- Exercise instructions -
Give back exactly the lines of the material below, starting with the line with "v -54.256 -4.993 7.7" and going on through the line with "v -54.439 3.796 0".
= = = = = = =
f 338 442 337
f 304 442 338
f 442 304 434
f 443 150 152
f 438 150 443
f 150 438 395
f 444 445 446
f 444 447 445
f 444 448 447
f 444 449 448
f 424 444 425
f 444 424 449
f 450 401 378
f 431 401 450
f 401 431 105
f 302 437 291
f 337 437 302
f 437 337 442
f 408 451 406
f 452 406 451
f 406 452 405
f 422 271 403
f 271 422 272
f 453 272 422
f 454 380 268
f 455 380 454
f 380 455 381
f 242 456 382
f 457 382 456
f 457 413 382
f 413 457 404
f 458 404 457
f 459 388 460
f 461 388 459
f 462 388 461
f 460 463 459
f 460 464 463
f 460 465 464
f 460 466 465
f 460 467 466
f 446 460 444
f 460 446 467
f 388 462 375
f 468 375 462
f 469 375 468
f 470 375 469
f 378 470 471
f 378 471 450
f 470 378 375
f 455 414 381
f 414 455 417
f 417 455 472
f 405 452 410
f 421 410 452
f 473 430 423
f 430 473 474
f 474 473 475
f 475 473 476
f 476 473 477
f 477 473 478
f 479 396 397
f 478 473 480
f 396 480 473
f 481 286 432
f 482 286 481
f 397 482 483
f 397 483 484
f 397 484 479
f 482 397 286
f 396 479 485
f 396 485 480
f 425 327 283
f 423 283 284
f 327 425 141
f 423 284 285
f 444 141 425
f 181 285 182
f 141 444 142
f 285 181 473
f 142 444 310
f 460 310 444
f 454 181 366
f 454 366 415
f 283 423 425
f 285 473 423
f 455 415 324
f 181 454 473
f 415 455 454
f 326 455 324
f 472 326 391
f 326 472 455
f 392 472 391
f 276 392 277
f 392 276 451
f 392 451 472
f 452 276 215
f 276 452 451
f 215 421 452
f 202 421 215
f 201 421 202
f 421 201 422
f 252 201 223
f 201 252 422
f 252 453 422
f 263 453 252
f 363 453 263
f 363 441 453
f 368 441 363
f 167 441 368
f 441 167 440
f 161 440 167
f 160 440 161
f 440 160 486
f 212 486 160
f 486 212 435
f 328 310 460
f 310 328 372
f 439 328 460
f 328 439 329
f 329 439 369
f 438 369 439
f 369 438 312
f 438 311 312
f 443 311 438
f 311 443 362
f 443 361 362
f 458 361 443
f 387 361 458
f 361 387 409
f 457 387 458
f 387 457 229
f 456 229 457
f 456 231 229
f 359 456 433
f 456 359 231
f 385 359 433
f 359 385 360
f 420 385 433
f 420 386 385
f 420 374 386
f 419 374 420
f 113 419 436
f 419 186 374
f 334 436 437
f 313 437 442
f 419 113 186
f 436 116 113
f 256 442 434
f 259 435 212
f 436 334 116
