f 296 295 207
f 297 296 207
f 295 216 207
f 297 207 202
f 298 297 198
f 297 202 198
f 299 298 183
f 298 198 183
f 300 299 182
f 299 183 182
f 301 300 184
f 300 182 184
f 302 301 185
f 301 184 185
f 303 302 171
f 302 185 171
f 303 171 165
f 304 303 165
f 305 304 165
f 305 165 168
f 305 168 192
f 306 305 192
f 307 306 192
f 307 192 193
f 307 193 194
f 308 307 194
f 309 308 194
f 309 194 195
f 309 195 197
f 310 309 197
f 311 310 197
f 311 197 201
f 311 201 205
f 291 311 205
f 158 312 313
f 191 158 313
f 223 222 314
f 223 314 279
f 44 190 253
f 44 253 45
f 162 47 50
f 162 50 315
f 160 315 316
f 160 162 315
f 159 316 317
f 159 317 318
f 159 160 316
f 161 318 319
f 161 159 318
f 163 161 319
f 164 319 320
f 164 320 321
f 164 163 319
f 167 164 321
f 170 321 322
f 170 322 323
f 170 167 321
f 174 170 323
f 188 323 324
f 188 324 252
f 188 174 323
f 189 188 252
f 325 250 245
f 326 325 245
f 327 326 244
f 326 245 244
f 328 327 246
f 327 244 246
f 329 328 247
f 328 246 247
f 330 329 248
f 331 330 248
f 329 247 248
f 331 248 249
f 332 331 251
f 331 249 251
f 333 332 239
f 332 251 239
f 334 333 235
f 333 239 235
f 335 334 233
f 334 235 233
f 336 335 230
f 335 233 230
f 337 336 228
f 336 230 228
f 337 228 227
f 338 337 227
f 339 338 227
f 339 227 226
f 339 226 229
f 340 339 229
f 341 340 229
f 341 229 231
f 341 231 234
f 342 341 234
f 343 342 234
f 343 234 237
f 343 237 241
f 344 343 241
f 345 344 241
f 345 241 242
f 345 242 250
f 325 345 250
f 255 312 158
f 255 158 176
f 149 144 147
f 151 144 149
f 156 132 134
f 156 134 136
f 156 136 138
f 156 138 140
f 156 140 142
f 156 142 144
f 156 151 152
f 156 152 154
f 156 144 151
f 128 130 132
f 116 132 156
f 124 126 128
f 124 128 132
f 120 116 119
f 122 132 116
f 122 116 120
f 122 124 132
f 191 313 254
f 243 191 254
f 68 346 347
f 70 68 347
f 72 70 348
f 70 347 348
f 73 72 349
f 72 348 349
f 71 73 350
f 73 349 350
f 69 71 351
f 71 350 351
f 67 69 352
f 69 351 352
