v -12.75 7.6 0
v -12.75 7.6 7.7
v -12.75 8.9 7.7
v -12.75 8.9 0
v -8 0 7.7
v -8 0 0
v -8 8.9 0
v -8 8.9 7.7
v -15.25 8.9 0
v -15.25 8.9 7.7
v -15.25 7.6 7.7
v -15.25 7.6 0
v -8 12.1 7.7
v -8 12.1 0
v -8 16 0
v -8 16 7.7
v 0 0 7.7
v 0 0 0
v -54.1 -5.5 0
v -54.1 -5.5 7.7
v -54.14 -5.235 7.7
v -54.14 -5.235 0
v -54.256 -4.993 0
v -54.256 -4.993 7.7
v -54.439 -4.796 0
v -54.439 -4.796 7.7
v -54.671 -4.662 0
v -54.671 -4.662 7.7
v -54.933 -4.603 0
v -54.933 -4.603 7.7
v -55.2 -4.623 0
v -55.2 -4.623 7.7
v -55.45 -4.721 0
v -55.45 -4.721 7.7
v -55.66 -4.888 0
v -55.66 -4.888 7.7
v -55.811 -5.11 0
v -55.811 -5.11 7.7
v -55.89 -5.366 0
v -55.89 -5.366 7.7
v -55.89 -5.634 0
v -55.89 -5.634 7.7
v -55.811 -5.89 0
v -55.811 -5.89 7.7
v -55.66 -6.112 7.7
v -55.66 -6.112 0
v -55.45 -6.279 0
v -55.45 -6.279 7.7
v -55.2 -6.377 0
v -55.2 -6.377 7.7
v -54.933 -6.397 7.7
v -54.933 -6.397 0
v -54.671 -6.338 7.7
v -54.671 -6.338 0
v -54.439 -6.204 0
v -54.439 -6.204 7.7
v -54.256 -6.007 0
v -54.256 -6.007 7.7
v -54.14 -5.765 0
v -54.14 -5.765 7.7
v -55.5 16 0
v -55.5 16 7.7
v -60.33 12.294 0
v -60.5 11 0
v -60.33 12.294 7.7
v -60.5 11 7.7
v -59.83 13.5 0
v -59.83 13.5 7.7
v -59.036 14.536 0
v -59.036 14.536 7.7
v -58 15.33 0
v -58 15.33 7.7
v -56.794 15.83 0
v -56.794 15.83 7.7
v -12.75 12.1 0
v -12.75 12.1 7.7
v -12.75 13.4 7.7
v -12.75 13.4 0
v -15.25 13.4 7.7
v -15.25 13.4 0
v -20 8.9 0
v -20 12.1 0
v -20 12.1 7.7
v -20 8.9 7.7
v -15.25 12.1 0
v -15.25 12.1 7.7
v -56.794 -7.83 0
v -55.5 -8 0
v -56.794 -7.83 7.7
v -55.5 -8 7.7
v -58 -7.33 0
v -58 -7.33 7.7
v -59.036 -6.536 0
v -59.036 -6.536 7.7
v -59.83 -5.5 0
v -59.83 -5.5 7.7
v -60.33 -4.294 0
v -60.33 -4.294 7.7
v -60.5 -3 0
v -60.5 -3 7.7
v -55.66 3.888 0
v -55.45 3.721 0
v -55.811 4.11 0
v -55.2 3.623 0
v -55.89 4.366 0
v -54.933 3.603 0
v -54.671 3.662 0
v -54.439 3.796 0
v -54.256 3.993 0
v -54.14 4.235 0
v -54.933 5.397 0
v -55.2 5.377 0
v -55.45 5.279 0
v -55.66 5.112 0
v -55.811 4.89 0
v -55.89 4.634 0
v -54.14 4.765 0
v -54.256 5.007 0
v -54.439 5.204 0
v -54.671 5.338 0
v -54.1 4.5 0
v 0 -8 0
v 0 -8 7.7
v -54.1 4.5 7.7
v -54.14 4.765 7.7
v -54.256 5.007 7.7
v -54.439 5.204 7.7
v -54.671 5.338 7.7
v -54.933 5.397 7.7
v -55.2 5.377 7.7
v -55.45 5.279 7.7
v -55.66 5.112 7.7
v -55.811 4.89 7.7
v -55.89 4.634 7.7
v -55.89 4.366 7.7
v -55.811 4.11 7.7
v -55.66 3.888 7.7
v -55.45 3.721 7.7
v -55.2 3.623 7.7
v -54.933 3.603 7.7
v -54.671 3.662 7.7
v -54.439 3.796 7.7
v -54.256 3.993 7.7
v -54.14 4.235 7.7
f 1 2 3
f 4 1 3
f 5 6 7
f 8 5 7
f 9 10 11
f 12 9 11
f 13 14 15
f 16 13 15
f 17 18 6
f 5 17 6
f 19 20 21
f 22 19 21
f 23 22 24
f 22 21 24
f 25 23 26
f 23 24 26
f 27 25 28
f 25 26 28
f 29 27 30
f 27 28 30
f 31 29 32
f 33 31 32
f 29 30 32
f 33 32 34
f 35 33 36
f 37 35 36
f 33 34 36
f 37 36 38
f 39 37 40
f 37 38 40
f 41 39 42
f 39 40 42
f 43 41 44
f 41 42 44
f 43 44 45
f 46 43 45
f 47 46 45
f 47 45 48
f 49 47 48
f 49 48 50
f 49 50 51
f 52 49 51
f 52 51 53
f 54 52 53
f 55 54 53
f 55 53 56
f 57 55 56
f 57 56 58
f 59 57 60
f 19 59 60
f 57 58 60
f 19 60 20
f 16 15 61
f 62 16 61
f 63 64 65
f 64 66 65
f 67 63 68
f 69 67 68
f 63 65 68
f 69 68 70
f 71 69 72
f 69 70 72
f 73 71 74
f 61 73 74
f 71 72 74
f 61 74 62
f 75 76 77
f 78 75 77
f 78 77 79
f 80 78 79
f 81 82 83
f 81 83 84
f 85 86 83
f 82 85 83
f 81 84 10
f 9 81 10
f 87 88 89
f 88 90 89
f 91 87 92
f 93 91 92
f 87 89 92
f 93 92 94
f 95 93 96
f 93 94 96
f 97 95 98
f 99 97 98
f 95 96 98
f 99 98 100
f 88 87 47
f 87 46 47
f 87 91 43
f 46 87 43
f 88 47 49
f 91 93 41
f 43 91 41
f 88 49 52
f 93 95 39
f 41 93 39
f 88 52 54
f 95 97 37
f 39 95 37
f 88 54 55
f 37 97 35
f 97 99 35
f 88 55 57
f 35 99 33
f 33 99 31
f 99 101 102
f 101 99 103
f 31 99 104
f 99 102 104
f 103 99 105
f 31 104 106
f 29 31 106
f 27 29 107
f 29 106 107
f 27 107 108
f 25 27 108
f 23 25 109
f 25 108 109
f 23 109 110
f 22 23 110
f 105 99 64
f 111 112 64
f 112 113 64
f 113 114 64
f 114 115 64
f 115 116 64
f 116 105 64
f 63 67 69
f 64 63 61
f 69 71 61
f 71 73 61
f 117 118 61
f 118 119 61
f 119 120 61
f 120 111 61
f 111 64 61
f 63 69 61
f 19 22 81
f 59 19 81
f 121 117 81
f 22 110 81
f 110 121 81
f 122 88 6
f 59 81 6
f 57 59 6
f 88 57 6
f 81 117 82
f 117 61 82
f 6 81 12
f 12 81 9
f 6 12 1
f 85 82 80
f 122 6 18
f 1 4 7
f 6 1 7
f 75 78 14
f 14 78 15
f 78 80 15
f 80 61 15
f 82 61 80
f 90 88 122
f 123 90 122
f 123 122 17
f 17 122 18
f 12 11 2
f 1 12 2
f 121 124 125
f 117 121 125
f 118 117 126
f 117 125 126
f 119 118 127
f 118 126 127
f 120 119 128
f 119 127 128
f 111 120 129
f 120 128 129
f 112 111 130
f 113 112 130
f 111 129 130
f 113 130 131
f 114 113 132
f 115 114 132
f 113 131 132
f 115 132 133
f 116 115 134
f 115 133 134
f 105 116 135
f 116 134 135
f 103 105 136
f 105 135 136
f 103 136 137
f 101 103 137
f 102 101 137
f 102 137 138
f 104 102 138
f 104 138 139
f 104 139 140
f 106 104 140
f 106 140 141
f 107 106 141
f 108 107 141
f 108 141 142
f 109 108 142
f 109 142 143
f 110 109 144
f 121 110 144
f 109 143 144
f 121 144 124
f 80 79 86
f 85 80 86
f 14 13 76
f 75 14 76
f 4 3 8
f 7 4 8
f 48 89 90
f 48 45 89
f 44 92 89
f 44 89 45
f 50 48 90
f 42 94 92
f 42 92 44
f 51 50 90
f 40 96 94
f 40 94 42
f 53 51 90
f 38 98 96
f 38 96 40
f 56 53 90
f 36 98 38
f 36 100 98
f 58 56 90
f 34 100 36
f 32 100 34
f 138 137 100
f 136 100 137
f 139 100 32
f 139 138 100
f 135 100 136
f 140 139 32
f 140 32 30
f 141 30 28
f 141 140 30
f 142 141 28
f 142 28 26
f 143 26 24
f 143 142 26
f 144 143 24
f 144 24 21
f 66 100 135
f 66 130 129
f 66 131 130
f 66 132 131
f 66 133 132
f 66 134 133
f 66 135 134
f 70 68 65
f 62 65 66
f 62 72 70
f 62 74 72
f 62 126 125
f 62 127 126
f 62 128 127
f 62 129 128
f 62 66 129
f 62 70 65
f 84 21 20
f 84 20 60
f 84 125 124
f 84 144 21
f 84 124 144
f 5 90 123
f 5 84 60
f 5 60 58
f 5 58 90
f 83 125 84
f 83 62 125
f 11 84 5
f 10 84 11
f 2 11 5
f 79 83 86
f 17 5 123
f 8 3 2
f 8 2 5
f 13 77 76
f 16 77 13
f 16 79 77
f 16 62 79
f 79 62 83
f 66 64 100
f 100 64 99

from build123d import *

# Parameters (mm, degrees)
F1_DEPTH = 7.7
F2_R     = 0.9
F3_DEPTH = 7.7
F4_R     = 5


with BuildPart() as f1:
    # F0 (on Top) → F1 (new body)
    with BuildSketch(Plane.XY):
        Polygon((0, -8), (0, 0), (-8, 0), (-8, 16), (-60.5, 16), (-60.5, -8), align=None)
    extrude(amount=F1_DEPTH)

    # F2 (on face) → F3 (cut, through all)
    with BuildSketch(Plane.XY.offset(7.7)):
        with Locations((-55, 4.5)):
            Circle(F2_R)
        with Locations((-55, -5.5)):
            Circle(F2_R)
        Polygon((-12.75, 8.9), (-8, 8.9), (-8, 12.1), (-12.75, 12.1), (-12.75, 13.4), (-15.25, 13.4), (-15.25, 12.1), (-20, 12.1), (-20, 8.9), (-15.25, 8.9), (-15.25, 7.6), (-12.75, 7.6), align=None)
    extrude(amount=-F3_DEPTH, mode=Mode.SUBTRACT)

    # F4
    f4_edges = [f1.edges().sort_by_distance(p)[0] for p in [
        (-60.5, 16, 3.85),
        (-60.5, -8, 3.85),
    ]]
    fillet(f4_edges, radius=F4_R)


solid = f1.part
= = = = = = =
- Solution to the problem -
v -54.256 -4.993 7.7
v -54.439 -4.796 0
v -54.439 -4.796 7.7
v -54.671 -4.662 0
v -54.671 -4.662 7.7
v -54.933 -4.603 0
v -54.933 -4.603 7.7
v -55.2 -4.623 0
v -55.2 -4.623 7.7
v -55.45 -4.721 0
v -55.45 -4.721 7.7
v -55.66 -4.888 0
v -55.66 -4.888 7.7
v -55.811 -5.11 0
v -55.811 -5.11 7.7
v -55.89 -5.366 0
v -55.89 -5.366 7.7
v -55.89 -5.634 0
v -55.89 -5.634 7.7
v -55.811 -5.89 0
v -55.811 -5.89 7.7
v -55.66 -6.112 7.7
v -55.66 -6.112 0
v -55.45 -6.279 0
v -55.45 -6.279 7.7
v -55.2 -6.377 0
v -55.2 -6.377 7.7
v -54.933 -6.397 7.7
v -54.933 -6.397 0
v -54.671 -6.338 7.7
v -54.671 -6.338 0
v -54.439 -6.204 0
v -54.439 -6.204 7.7
v -54.256 -6.007 0
v -54.256 -6.007 7.7
v -54.14 -5.765 0
v -54.14 -5.765 7.7
v -55.5 16 0
v -55.5 16 7.7
v -60.33 12.294 0
v -60.5 11 0
v -60.33 12.294 7.7
v -60.5 11 7.7
v -59.83 13.5 0
v -59.83 13.5 7.7
v -59.036 14.536 0
v -59.036 14.536 7.7
v -58 15.33 0
v -58 15.33 7.7
v -56.794 15.83 0
v -56.794 15.83 7.7
v -12.75 12.1 0
v -12.75 12.1 7.7
v -12.75 13.4 7.7
v -12.75 13.4 0
v -15.25 13.4 7.7
v -15.25 13.4 0
v -20 8.9 0
v -20 12.1 0
v -20 12.1 7.7
v -20 8.9 7.7
v -15.25 12.1 0
v -15.25 12.1 7.7
v -56.794 -7.83 0
v -55.5 -8 0
v -56.794 -7.83 7.7
v -55.5 -8 7.7
v -58 -7.33 0
v -58 -7.33 7.7
v -59.036 -6.536 0
v -59.036 -6.536 7.7
v -59.83 -5.5 0
v -59.83 -5.5 7.7
v -60.33 -4.294 0
v -60.33 -4.294 7.7
v -60.5 -3 0
v -60.5 -3 7.7
v -55.66 3.888 0
v -55.45 3.721 0
v -55.811 4.11 0
v -55.2 3.623 0
v -55.89 4.366 0
v -54.933 3.603 0
v -54.671 3.662 0
v -54.439 3.796 0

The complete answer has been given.